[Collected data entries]
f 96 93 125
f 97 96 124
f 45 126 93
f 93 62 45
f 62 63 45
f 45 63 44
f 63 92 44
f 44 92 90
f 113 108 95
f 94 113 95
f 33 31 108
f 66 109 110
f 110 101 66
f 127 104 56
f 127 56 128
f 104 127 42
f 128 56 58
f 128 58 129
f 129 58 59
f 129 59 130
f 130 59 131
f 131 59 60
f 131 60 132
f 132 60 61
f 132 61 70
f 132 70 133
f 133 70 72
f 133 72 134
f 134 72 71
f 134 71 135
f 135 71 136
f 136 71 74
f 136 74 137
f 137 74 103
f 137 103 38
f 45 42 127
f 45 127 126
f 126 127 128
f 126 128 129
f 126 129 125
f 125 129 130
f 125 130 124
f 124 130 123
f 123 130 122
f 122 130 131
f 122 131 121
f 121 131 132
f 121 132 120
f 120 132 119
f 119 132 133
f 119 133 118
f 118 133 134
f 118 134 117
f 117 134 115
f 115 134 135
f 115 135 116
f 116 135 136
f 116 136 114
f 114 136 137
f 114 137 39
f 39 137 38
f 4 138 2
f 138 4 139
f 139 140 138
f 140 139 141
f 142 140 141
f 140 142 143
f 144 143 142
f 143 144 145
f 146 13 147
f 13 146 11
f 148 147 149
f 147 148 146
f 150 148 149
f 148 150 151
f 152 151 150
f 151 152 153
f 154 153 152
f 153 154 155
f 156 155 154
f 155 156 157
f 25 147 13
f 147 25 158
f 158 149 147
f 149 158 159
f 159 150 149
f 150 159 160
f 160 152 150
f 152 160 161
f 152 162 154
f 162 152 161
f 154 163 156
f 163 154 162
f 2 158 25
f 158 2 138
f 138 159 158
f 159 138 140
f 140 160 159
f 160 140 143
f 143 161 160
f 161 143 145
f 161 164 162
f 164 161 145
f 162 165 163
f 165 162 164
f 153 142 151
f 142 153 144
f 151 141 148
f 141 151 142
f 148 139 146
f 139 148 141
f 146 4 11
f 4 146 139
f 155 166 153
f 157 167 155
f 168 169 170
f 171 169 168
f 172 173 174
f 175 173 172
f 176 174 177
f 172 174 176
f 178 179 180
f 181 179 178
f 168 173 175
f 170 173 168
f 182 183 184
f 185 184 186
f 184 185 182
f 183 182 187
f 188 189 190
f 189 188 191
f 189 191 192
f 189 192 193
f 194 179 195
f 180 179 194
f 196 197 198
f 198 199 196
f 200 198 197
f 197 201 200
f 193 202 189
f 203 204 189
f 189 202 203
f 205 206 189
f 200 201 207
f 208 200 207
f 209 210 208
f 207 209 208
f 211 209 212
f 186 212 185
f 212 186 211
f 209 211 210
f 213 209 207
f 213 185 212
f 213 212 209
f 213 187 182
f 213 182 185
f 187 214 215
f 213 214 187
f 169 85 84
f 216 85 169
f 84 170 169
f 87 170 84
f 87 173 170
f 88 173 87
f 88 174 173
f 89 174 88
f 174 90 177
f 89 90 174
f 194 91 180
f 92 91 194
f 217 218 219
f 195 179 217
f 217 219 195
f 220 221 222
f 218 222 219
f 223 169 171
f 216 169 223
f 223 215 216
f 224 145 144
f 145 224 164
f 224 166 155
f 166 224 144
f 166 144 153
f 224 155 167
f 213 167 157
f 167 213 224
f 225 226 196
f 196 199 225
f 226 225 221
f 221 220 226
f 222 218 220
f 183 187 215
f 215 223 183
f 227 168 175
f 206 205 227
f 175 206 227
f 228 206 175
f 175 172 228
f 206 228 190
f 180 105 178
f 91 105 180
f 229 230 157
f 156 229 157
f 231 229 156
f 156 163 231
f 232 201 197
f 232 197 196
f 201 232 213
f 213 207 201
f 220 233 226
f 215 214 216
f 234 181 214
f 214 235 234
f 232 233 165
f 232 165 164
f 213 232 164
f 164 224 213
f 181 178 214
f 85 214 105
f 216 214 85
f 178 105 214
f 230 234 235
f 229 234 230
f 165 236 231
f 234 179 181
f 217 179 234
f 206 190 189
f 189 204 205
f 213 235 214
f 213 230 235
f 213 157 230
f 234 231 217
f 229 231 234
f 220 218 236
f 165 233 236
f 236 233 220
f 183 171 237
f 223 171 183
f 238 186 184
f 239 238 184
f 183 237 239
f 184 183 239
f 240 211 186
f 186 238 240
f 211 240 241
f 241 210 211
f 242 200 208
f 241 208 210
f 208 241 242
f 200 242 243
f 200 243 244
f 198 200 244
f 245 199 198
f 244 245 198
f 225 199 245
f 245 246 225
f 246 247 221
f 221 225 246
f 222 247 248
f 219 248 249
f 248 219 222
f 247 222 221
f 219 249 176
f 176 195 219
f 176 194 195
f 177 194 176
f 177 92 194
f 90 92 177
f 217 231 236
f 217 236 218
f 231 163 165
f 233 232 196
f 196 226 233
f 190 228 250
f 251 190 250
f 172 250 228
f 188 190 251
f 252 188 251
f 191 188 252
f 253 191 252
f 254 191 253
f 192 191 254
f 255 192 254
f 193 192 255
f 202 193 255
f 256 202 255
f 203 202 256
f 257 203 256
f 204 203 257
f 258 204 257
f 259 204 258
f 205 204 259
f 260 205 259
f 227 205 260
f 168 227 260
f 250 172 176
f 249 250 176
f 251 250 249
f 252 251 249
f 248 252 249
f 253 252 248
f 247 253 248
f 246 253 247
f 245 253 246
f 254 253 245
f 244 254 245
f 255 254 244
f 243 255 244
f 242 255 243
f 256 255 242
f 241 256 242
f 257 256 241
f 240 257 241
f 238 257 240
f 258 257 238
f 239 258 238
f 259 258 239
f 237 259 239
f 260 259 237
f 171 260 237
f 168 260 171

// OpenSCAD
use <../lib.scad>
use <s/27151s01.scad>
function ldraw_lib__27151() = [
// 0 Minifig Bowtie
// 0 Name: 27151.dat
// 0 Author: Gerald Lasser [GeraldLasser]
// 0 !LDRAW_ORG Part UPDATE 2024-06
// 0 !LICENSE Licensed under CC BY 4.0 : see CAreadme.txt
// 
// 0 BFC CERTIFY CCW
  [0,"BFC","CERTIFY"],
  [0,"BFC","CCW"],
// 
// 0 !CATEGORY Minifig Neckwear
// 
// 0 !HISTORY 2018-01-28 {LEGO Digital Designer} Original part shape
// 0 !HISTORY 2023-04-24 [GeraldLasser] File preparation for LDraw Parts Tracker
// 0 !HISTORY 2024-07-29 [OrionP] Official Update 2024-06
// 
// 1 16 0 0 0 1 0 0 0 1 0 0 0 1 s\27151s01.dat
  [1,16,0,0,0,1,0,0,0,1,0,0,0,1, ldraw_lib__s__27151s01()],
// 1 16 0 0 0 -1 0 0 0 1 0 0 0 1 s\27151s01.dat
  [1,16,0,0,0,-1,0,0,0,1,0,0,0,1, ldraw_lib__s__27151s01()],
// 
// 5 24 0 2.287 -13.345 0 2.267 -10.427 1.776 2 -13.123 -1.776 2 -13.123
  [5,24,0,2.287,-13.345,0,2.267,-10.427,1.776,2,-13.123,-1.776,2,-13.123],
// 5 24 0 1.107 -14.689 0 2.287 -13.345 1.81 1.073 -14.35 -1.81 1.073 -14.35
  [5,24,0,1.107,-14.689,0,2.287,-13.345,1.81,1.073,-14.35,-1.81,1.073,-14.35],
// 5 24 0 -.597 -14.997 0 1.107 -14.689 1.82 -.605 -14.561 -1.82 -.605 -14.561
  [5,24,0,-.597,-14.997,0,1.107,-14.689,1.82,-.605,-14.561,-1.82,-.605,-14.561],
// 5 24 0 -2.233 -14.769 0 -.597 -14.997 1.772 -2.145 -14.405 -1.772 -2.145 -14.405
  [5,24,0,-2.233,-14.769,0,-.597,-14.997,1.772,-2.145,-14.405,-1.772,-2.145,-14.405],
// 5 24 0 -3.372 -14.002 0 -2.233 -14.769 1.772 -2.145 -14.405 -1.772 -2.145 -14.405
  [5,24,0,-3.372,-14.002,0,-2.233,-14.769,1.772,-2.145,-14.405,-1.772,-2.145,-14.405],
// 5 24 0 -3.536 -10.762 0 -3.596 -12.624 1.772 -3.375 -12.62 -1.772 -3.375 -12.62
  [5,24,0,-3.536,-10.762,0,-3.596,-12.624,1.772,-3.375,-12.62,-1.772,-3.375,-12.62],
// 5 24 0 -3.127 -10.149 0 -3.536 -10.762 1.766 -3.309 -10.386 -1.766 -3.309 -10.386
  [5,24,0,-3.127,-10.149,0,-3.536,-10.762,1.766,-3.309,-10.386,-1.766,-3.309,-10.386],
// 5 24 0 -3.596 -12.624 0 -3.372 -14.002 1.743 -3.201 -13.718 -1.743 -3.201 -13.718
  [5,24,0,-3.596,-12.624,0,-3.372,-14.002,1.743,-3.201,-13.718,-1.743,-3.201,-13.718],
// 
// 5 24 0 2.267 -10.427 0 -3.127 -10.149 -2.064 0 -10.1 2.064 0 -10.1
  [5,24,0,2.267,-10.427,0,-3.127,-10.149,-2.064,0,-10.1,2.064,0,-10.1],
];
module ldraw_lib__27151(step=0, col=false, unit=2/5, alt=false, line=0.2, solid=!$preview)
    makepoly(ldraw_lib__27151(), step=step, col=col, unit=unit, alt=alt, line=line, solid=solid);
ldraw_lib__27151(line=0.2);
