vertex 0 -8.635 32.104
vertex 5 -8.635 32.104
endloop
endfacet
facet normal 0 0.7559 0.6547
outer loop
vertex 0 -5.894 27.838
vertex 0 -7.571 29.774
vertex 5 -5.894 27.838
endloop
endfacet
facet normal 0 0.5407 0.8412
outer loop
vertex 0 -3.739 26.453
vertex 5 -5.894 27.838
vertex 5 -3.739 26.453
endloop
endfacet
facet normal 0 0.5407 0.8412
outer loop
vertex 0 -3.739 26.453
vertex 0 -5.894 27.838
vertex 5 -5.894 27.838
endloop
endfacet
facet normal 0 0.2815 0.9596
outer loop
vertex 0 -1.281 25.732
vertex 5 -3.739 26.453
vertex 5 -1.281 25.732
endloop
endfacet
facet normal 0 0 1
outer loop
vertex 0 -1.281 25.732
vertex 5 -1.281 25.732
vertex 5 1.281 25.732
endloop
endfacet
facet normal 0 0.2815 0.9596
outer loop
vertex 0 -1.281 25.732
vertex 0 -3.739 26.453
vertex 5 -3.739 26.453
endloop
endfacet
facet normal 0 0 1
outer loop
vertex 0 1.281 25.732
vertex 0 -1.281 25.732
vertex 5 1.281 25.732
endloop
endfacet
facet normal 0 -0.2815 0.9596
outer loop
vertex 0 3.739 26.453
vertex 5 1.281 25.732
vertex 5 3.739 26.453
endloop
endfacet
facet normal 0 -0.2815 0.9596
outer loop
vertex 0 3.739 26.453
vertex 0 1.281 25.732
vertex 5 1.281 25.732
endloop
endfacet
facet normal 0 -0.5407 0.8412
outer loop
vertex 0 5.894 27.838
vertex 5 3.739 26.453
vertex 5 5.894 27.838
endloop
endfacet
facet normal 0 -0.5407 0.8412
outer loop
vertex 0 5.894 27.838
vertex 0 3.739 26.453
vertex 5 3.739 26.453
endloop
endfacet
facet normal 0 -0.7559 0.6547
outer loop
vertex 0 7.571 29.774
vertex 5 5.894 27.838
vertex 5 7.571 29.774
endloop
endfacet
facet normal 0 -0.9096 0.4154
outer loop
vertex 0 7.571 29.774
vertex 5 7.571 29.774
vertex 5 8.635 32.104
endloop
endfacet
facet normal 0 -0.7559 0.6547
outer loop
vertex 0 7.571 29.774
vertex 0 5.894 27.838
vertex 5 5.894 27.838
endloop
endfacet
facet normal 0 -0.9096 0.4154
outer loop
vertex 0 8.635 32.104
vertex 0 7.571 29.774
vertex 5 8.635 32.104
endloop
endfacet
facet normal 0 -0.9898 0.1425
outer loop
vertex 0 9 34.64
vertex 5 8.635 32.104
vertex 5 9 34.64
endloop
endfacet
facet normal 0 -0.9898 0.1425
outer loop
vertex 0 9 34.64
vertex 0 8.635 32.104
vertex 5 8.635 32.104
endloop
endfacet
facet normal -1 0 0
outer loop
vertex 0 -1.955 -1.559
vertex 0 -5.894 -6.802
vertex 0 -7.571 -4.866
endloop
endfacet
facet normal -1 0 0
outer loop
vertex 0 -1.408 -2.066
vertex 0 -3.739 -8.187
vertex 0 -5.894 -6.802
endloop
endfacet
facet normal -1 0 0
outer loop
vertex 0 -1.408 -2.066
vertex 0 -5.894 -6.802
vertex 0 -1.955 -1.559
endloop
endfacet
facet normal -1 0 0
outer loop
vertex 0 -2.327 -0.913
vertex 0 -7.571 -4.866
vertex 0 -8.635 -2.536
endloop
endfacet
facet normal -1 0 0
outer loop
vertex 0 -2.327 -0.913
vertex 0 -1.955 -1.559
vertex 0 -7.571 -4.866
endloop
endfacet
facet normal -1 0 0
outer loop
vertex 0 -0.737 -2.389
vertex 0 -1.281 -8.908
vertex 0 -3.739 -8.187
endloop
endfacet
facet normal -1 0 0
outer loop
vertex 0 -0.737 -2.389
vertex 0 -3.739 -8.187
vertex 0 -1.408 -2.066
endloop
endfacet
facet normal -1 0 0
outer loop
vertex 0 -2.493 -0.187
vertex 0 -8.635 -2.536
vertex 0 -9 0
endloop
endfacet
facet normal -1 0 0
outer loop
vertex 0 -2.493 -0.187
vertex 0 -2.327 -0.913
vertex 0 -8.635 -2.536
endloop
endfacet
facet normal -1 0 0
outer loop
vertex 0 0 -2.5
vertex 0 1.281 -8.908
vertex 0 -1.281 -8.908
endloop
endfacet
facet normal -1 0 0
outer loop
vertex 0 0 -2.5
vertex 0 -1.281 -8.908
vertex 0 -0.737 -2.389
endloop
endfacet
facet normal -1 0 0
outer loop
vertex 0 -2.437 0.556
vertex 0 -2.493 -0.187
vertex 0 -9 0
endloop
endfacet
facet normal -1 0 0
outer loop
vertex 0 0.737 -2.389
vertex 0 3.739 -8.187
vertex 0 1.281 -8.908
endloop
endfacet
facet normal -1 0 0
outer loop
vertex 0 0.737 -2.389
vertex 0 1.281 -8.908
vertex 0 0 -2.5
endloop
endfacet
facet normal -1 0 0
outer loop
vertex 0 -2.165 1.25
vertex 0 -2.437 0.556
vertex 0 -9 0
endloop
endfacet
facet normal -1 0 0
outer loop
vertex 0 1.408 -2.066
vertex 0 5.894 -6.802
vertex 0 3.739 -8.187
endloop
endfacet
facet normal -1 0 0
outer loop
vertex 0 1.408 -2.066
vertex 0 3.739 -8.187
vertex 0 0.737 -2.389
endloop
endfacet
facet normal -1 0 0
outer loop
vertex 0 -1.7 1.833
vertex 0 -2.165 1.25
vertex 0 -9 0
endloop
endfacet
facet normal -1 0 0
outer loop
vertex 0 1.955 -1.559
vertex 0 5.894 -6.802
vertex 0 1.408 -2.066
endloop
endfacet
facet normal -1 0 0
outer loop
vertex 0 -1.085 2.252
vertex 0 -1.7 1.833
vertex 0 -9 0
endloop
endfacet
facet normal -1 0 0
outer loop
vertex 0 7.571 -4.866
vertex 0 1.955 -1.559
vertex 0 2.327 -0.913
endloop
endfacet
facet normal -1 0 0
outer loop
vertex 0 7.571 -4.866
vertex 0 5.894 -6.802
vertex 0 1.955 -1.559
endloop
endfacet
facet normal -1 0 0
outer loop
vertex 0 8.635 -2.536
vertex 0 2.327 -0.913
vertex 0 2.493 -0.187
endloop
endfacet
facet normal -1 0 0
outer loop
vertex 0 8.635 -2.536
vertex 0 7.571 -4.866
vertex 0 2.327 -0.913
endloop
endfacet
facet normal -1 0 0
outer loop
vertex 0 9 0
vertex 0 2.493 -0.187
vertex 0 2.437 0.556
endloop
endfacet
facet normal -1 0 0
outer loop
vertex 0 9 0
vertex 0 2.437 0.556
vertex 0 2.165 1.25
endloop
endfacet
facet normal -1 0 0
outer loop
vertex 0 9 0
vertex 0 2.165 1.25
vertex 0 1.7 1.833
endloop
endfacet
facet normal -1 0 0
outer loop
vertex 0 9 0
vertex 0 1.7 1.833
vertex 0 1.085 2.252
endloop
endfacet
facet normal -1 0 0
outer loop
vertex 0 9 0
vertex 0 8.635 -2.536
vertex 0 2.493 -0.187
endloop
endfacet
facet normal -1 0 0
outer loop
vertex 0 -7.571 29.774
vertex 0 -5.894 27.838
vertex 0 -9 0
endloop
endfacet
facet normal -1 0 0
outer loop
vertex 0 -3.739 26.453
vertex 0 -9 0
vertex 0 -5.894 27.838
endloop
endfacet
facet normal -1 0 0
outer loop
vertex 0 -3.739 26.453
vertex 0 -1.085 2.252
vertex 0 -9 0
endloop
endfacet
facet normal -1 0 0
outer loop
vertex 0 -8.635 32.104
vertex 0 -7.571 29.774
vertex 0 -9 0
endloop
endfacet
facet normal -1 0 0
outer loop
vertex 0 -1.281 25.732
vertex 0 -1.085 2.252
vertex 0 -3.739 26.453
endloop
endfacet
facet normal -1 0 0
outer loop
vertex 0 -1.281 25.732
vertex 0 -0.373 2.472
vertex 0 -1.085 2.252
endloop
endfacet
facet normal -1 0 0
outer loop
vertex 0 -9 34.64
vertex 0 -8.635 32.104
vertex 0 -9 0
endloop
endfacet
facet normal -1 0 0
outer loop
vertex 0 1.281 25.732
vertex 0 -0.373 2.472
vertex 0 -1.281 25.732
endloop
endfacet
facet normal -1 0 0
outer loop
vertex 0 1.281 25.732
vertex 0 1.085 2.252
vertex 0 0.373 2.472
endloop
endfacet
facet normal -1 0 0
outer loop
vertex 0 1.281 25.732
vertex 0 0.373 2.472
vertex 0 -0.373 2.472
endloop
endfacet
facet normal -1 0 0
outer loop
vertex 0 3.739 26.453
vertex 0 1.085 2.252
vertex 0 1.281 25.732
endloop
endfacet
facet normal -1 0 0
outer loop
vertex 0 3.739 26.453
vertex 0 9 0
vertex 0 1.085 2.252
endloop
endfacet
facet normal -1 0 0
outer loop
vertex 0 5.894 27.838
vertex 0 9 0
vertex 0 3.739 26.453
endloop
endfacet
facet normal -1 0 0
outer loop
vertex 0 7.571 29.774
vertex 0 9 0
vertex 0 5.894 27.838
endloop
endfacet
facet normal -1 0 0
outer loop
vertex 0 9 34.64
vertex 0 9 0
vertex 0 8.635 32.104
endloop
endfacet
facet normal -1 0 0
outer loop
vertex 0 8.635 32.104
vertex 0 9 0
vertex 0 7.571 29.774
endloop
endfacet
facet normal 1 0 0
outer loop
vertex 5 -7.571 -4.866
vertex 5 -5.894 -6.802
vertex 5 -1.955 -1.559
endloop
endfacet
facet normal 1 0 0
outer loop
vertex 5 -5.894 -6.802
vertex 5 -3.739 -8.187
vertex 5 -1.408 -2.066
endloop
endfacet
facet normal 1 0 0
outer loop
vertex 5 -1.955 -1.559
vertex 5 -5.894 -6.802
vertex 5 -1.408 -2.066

### What you are asked to do
All that is wanted is the stretch of lines above from the one containing "f 115 134 135" through the one containing "f 203 204 189", duplicated exactly.

### Answer
f 115 134 135
f 115 135 116
f 116 135 136
f 116 136 114
f 114 136 137
f 114 137 39
f 39 137 38
f 4 138 2
f 138 4 139
f 139 140 138
f 140 139 141
f 142 140 141
f 140 142 143
f 144 143 142
f 143 144 145
f 146 13 147
f 13 146 11
f 148 147 149
f 147 148 146
f 150 148 149
f 148 150 151
f 152 151 150
f 151 152 153
f 154 153 152
f 153 154 155
f 156 155 154
f 155 156 157
f 25 147 13
f 147 25 158
f 158 149 147
f 149 158 159
f 159 150 149
f 150 159 160
f 160 152 150
f 152 160 161
f 152 162 154
f 162 152 161
f 154 163 156
f 163 154 162
f 2 158 25
f 158 2 138
f 138 159 158
f 159 138 140
f 140 160 159
f 160 140 143
f 143 161 160
f 161 143 145
f 161 164 162
f 164 161 145
f 162 165 163
f 165 162 164
f 153 142 151
f 142 153 144
f 151 141 148
f 141 151 142
f 148 139 146
f 139 148 141
f 146 4 11
f 4 146 139
f 155 166 153
f 157 167 155
f 168 169 170
f 171 169 168
f 172 173 174
f 175 173 172
f 176 174 177
f 172 174 176
f 178 179 180
f 181 179 178
f 168 173 175
f 170 173 168
f 182 183 184
f 185 184 186
f 184 185 182
f 183 182 187
f 188 189 190
f 189 188 191
f 189 191 192
f 189 192 193
f 194 179 195
f 180 179 194
f 196 197 198
f 198 199 196
f 200 198 197
f 197 201 200
f 193 202 189
f 203 204 189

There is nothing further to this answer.